Movants’ separate statement includes separate headings for the statute of limitations and each cause of action. It does not reflect the notice of motion “verbatim” as required by Rule 3.1350(b). Moreover, the separate statement re-starts the numbering of facts for each issue, rendering it difficult for the Court and opposing parties to determine which facts are being cited in support of Movants’ arguments in the motion. Finally, the motion largely cites the underlying evidence rather than the undisputed facts. Combined, these issues make it difficult for Alai and Nabili to respond to the motion by pointing to disputed facts in opposition.
The Motion’s Formatting Violates the Rules of Court:
The Court has previously admonished the parties about improper font size and page formatting issues. (12/2/25 and 12/30/25 Minute Orders.) In this and the related lawsuits before this Court, both parties have previously violated these rules in an apparent effort to circumvent page limits.

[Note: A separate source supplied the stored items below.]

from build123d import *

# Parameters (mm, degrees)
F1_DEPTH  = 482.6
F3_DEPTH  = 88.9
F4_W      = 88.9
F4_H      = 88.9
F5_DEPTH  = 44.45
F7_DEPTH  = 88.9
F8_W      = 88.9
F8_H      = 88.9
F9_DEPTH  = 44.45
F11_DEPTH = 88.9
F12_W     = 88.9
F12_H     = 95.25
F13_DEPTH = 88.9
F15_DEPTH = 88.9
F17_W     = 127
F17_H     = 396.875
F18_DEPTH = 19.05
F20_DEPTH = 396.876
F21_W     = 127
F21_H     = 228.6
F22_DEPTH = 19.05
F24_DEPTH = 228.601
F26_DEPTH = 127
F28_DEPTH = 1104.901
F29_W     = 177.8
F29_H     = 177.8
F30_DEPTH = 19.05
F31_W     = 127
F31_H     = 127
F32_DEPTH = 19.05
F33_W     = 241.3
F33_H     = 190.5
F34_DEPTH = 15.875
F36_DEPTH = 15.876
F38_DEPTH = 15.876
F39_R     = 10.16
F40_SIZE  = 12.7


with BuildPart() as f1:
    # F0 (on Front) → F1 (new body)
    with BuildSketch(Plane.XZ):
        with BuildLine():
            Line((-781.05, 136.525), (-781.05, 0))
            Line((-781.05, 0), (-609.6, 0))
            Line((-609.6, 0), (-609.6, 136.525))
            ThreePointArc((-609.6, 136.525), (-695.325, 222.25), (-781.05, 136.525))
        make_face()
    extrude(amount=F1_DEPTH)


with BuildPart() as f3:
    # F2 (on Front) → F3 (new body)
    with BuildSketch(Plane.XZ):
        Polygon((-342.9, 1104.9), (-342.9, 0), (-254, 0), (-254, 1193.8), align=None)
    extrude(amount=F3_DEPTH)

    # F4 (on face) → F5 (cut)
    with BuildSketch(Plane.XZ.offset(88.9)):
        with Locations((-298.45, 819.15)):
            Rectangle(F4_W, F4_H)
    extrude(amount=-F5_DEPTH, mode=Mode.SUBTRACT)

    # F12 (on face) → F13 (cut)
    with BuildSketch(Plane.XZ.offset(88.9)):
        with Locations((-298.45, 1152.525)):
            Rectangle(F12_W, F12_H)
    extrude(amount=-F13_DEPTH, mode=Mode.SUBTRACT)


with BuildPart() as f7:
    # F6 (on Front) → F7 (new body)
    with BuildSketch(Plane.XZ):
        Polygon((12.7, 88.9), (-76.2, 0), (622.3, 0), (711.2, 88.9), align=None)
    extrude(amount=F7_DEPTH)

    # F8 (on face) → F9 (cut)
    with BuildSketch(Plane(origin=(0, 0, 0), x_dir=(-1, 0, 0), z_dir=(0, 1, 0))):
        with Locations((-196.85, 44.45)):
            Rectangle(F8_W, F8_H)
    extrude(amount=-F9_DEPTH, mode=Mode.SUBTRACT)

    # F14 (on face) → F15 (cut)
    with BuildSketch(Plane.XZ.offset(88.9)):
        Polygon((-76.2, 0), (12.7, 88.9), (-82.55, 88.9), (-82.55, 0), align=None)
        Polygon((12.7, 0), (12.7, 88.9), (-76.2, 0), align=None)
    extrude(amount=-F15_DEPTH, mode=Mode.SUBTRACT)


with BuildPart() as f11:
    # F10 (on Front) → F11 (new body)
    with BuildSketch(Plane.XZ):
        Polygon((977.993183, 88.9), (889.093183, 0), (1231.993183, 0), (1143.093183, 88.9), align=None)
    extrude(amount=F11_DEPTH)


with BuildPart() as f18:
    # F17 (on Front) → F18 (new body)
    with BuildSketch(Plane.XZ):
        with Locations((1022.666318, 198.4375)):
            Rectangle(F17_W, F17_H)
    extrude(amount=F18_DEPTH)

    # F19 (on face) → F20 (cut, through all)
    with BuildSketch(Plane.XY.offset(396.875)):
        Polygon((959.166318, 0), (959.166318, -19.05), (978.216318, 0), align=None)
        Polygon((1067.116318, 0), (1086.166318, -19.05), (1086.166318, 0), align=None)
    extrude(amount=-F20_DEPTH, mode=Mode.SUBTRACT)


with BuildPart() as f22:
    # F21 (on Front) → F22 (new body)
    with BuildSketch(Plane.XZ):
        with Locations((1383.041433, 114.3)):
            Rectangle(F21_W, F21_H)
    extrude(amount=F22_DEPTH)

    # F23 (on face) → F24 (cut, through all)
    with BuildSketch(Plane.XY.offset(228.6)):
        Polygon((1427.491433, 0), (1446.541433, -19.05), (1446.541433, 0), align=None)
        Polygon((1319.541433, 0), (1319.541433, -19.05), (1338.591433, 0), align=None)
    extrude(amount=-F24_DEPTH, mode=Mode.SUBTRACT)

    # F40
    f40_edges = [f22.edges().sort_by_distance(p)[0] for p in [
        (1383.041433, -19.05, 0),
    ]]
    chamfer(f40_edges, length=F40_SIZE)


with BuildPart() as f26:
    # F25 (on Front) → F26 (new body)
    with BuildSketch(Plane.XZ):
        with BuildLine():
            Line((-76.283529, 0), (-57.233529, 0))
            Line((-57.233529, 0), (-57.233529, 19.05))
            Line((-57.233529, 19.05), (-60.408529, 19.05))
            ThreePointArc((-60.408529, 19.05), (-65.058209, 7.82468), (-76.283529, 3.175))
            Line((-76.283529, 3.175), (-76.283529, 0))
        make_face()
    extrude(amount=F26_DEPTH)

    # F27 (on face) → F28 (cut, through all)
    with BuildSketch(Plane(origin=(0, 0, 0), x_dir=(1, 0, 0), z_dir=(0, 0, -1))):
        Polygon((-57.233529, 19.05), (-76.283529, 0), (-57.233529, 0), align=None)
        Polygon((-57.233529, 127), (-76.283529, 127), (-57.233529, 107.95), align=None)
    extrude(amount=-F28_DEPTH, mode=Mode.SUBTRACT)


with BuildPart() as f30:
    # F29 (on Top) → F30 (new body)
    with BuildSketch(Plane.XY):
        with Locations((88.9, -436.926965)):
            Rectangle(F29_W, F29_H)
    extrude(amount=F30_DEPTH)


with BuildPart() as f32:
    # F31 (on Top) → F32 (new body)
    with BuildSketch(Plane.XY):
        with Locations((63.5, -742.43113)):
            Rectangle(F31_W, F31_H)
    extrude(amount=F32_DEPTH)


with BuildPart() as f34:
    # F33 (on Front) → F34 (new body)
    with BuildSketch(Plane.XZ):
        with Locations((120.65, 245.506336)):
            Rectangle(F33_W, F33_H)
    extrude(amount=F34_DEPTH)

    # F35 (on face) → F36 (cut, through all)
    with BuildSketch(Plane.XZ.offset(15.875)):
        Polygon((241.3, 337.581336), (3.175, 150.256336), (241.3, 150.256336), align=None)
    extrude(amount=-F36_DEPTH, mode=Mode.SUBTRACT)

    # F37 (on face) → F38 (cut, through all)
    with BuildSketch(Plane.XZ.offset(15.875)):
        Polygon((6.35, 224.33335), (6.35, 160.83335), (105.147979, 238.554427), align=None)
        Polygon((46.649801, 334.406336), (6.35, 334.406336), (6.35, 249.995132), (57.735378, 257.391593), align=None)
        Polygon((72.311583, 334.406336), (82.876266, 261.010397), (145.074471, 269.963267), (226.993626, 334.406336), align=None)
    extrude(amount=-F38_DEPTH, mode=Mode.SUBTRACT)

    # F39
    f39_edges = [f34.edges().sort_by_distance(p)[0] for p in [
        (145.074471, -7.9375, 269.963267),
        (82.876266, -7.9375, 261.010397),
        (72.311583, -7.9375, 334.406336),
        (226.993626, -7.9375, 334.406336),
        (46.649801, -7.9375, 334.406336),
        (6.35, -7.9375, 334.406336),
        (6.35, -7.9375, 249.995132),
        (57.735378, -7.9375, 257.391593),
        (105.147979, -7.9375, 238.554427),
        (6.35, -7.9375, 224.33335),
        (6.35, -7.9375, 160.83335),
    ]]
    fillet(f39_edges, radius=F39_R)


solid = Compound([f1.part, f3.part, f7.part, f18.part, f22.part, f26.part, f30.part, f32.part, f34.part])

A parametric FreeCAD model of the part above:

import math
import FreeCAD as App
import Part
import Sketcher

V = App.Vector
Q = App.Units.Quantity


def edges_at(feature, points):
    """Names of the edges that pass closest to the given points."""
    edges = feature.Shape.Edges
    near = lambda p: min(range(len(edges)), key=lambda i: edges[i].distToShape(Part.Vertex(*p))[0])
    return sorted({f"Edge{near(p) + 1}" for p in points})

doc = App.newDocument("Part")
body = doc.addObject("PartDesign::Body", "Body")

# Sketch on XZ plane
sketch1 = doc.addObject("Sketcher::SketchObject", "Sketch")
body.addObject(sketch1)
sketch1.AttachmentSupport = (doc.XZ_Plane, [""])
sketch1.MapMode = "FlatFace"
sketch1.addGeometry([
    Part.LineSegment(V(-781.05, 136.525, 0), V(-781.05, 0, 0)),
    Part.LineSegment(V(-781.05, 0, 0), V(-609.6, 0, 0)),
    Part.LineSegment(V(-609.6, 0, 0), V(-609.6, 136.525, 0)),
    Part.ArcOfCircle(Part.Circle(V(-695.325, 136.525, 0), V(0, 0, 1), 85.725), math.radians(0), math.radians(180)),
], False)
sketch1.addConstraint([
    Sketcher.Constraint("Coincident", 0, 2, 1, 1),
    Sketcher.Constraint("Coincident", 1, 2, 2, 1),
    Sketcher.Constraint("Tangent", 2, 2, 3, 1),
    Sketcher.Constraint("Tangent", 3, 2, 0, 1),
    Sketcher.Constraint("Vertical", 0),
    Sketcher.Constraint("Horizontal", 1),
    Sketcher.Constraint("Vertical", 2),
    Sketcher.Constraint("PointOnObject", 0, 2, -1),
    Sketcher.Constraint("DistanceX", 1, 2, -1, 1, Q("24 in")),
    Sketcher.Constraint("Radius", 3, Q("3.375 in")),
    Sketcher.Constraint("DistanceY", 0, 2, 0, 1, Q("5.375 in")),
])
pad1 = doc.addObject("PartDesign::Pad", "Pad")
body.addObject(pad1)
pad1.Profile = sketch1
pad1.Length = Q("19 in")
body2 = doc.addObject("PartDesign::Body", "Body001")

# Sketch on XZ plane
sketch2 = doc.addObject("Sketcher::SketchObject", "Sketch001")
body2.addObject(sketch2)
sketch2.AttachmentSupport = (doc.getObject("XZ_Plane001"), [""])
sketch2.MapMode = "FlatFace"
sketch2.addGeometry([
    Part.LineSegment(V(-342.9, 1104.9, 0), V(-342.9, 0, 0)),
    Part.LineSegment(V(-342.9, 0, 0), V(-254, 0, 0)),
    Part.LineSegment(V(-254, 0, 0), V(-254, 1193.8, 0)),
    Part.LineSegment(V(-254, 1193.8, 0), V(-342.9, 1104.9, 0)),
], False)
sketch2.addConstraint([
    Sketcher.Constraint("Coincident", 0, 2, 1, 1),
    Sketcher.Constraint("Coincident", 1, 2, 2, 1),
    Sketcher.Constraint("Coincident", 2, 2, 3, 1),
    Sketcher.Constraint("Coincident", 3, 2, 0, 1),
    Sketcher.Constraint("Vertical", 0),
    Sketcher.Constraint("Horizontal", 1),
    Sketcher.Constraint("Vertical", 2),
    Sketcher.Constraint("PointOnObject", 0, 2, -1),
    Sketcher.Constraint("DistanceY", 2, 1, 2, 2, Q("47 in")),
    Sketcher.Constraint("DistanceX", 1, 1, 1, 2, Q("3.5 in")),
    Sketcher.Constraint("DistanceY", 0, 2, 0, 1, Q("43.5 in")),
    Sketcher.Constraint("DistanceX", 1, 2, -1, 1, Q("10 in")),
])
pad2 = doc.addObject("PartDesign::Pad", "Pad001")
body2.addObject(pad2)
pad2.Profile = sketch2
pad2.Length = Q("3.5 in")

The present motion and reply violate the California Rules of Court (hereafter “Rules”) including Rule 2.108. A motion complying with Rule 2.108 (1.5 or double-spaced with line numbers aligned with the text) should have no more than 28 numbered lines per page. Here, the motion includes 28 line numbers along the sides of each page, but the lines of text do not align with the line numbers such that there are actually more than 30 lines per page. For example, page 7 of the motion has 31 lines of text.
The motion includes 16 pages of argument, which is within the 20- page limit for a summary judgment motion. (Rule 3.1113(d).) However, Mr. Plummer’s use of improper line spacing makes it difficult for the Court to determine whether the page limit would have been violated if the line spacing was appropriate.
The Court may impose sanctions for violation of the Rules of Court. (Rule 2.30(b).) This is the final warning to Mr. Plummer to strictly comply with all formatting requirements of the Rules of Court, at risk of incurring sanctions and/or having his nonconforming filings disregarded by the Court.
For all of the foregoing reasons, the motion is denied.